The rebate model shifts financial risk from manufacturers to health care providers, creating new financial and operational challenges for UIOs:
- Preliminary UIO feedback indicates that upfront drug purchasing costs range from $340,000 to $2.4 million annually for some UIOs that participate in the 340B program. Even temporary delays in rebate payments may significantly strain UIO operating budgets.
- The pilot introduces new requirements for rebate claim submission, tracking, and reporting. These changes may require additional staffing, IT system capacity, and administrative resources.
- Increased financial and operational pressures may affect the sustainability of UIO pharmacy operations and limit the ability to stock or dispense high-cost medications, jeopardizing access to medications for American Indian and Alaska Native patients.
Resources
- The Need for Exemption for Indian Health Care Providers from 340B Pilot
- HRSA – 340B Rebate Model Pilot Program
About NCUIH
The National Council of Urban Indian Health (NCUIH) is a national representative for the 41 Urban Indian Organizations contracting with the Indian Health Service under the Indian Health Care Improvement Act. NCUIH is devoted to the support and development of high quality and accessible health and public health services for American Indian and Alaska Native people living in urban areas.

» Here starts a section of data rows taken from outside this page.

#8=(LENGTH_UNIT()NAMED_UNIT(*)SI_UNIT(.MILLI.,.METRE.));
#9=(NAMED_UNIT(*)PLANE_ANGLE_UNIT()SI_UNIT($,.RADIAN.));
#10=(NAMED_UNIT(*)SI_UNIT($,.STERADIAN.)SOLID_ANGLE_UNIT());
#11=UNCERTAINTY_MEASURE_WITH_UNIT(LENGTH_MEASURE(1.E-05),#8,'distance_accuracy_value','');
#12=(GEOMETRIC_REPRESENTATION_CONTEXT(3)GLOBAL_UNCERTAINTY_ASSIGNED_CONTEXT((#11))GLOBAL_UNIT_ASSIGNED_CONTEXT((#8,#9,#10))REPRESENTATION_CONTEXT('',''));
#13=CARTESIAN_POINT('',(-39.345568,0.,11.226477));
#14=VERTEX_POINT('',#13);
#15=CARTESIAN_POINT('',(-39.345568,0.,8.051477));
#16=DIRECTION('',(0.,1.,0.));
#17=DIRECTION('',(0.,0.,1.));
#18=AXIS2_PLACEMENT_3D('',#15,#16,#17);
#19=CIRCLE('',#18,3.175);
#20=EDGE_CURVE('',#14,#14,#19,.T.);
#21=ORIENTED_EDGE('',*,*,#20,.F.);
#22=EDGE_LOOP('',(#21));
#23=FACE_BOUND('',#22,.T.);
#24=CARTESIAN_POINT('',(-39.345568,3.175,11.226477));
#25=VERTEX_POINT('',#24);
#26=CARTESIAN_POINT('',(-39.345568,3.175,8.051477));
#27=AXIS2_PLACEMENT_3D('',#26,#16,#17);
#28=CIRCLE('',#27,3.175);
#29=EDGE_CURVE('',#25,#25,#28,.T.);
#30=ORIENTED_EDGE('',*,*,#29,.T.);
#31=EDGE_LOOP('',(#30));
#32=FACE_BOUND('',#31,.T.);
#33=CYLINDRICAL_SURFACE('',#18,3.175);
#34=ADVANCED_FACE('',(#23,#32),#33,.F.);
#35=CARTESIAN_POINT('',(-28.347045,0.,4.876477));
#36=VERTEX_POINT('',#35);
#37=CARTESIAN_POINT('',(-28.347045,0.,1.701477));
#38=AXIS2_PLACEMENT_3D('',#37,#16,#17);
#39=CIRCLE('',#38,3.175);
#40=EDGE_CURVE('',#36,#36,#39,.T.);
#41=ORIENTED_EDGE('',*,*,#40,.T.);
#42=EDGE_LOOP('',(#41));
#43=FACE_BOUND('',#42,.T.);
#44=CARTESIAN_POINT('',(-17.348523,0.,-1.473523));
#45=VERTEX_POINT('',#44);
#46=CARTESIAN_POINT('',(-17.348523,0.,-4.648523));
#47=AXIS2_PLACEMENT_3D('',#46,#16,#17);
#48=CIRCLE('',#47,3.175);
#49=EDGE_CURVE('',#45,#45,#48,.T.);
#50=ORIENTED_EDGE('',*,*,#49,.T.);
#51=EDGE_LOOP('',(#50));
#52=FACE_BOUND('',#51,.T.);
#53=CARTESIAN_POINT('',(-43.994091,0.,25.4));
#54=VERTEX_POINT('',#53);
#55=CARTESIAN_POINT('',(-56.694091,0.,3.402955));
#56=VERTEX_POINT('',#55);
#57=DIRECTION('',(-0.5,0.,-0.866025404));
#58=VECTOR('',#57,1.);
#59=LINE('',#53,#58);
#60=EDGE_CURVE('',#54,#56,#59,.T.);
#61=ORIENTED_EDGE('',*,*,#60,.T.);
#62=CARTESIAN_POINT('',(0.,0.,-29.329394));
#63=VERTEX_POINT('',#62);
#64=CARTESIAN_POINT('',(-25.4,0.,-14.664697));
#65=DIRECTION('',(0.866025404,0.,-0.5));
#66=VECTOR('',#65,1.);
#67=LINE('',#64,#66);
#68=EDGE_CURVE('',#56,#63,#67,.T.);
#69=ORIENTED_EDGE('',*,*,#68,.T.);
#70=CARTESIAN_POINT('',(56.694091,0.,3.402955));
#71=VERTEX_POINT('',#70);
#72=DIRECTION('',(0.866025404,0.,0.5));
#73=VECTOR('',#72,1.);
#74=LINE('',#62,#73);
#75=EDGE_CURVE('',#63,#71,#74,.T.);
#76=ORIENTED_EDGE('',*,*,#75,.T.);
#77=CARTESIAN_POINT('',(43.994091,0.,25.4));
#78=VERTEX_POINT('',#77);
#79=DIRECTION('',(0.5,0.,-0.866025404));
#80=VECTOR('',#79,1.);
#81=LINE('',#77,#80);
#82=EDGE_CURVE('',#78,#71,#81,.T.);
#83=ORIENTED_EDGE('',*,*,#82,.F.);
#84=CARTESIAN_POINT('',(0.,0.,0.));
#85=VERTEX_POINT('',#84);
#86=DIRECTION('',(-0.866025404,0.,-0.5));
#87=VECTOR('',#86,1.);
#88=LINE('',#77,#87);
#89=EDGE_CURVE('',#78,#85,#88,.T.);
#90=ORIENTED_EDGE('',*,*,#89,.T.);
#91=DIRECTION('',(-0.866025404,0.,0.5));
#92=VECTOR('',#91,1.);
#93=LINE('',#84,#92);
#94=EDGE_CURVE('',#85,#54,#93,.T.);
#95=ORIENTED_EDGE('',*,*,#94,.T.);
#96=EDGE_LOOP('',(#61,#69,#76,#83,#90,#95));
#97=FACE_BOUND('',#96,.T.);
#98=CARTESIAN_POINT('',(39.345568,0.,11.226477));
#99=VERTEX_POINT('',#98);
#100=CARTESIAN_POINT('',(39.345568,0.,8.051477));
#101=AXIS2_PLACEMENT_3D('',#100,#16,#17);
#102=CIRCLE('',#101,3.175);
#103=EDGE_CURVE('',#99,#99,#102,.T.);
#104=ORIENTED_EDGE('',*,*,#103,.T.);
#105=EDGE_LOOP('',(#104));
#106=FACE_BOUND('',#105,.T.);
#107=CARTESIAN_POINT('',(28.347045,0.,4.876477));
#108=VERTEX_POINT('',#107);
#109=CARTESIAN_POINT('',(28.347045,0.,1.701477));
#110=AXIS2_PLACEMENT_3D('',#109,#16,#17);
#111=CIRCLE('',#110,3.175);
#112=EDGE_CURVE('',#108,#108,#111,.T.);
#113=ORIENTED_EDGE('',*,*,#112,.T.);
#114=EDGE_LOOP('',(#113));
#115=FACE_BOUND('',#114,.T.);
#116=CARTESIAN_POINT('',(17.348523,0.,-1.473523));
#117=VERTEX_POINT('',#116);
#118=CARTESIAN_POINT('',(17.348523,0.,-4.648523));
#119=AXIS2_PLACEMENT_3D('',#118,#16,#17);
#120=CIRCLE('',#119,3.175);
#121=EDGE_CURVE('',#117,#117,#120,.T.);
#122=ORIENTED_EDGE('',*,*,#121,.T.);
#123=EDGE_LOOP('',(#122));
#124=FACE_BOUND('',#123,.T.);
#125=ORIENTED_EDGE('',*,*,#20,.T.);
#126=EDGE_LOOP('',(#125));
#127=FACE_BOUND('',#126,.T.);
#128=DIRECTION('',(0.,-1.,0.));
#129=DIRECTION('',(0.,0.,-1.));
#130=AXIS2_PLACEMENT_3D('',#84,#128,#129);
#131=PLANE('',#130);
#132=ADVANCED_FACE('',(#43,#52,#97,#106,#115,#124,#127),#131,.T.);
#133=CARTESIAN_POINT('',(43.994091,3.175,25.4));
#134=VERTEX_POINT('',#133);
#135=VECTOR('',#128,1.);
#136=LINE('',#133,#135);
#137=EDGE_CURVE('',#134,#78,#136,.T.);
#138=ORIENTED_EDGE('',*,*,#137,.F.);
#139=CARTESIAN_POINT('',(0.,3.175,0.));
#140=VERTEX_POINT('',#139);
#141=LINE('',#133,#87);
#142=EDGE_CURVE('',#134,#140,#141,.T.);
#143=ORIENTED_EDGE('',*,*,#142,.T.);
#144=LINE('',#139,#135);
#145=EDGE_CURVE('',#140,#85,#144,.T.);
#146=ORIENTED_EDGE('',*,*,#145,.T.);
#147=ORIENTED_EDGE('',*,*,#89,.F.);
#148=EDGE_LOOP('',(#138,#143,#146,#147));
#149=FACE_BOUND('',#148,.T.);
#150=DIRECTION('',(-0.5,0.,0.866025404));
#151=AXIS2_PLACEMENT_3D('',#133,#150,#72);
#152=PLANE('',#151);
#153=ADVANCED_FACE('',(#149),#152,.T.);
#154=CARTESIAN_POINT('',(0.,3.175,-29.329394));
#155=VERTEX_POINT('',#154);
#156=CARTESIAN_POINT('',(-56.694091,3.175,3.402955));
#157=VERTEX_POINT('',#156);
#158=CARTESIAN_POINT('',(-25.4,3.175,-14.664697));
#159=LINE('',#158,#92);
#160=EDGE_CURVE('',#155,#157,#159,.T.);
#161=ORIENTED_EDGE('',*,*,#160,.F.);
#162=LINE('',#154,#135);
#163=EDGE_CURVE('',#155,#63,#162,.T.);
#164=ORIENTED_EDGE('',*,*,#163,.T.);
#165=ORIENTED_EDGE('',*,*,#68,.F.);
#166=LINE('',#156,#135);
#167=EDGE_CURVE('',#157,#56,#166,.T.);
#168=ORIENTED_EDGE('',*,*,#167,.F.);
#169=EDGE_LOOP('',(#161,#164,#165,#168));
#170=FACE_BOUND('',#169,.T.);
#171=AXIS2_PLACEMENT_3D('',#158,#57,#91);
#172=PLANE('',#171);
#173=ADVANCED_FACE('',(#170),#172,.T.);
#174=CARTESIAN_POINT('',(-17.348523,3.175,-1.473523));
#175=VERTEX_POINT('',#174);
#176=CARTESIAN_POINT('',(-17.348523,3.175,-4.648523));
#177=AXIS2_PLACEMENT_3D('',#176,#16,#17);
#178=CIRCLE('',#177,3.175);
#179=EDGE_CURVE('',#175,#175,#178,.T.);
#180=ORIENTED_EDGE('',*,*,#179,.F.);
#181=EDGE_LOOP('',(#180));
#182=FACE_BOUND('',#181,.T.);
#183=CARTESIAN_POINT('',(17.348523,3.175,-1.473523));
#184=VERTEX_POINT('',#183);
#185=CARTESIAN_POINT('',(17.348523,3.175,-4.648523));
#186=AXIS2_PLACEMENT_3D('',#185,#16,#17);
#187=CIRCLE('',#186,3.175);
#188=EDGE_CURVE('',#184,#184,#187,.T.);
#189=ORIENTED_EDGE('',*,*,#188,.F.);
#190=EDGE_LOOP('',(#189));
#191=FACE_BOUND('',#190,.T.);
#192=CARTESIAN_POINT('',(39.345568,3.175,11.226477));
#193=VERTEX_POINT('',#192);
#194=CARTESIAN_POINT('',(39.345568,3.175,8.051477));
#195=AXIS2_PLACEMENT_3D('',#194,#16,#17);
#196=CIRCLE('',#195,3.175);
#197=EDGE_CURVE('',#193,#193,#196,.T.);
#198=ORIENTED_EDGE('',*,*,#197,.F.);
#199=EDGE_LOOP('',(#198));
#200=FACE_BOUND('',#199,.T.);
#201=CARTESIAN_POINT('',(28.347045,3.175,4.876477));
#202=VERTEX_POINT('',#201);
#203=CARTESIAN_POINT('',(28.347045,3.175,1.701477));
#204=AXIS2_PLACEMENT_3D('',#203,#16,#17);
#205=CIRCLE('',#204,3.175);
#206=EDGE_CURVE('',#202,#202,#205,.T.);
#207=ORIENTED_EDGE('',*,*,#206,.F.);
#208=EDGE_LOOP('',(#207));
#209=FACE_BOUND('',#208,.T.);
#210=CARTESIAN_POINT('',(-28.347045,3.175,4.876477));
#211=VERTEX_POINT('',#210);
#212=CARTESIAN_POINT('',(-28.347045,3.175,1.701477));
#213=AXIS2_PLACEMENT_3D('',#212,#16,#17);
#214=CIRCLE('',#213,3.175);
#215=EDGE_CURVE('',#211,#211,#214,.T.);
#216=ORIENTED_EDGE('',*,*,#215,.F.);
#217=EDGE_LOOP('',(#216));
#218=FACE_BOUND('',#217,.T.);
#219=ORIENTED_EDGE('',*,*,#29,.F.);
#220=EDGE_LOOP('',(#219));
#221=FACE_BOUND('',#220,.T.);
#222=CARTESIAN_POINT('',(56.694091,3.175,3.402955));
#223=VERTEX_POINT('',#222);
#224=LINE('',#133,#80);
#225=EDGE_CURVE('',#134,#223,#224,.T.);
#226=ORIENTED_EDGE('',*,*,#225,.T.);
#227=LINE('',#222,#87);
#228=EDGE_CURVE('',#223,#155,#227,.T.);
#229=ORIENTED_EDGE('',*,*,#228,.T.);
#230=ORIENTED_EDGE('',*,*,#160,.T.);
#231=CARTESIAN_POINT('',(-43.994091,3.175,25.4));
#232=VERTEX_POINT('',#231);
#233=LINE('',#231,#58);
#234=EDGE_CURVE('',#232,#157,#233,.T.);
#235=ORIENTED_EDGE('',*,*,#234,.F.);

NCUIH respects and supports Tribal sovereignty and the unique government-to-government relationship between our Tribal Nations and the United States. NCUIH works to support those federal laws, policies, and procedures that respect and uplift Tribal sovereignty and the government-to-government relationship. NCUIH does not support any federal law, policy, or procedure that infringes upon or in any way diminishes Tribal sovereignty or the government-to-government relationship.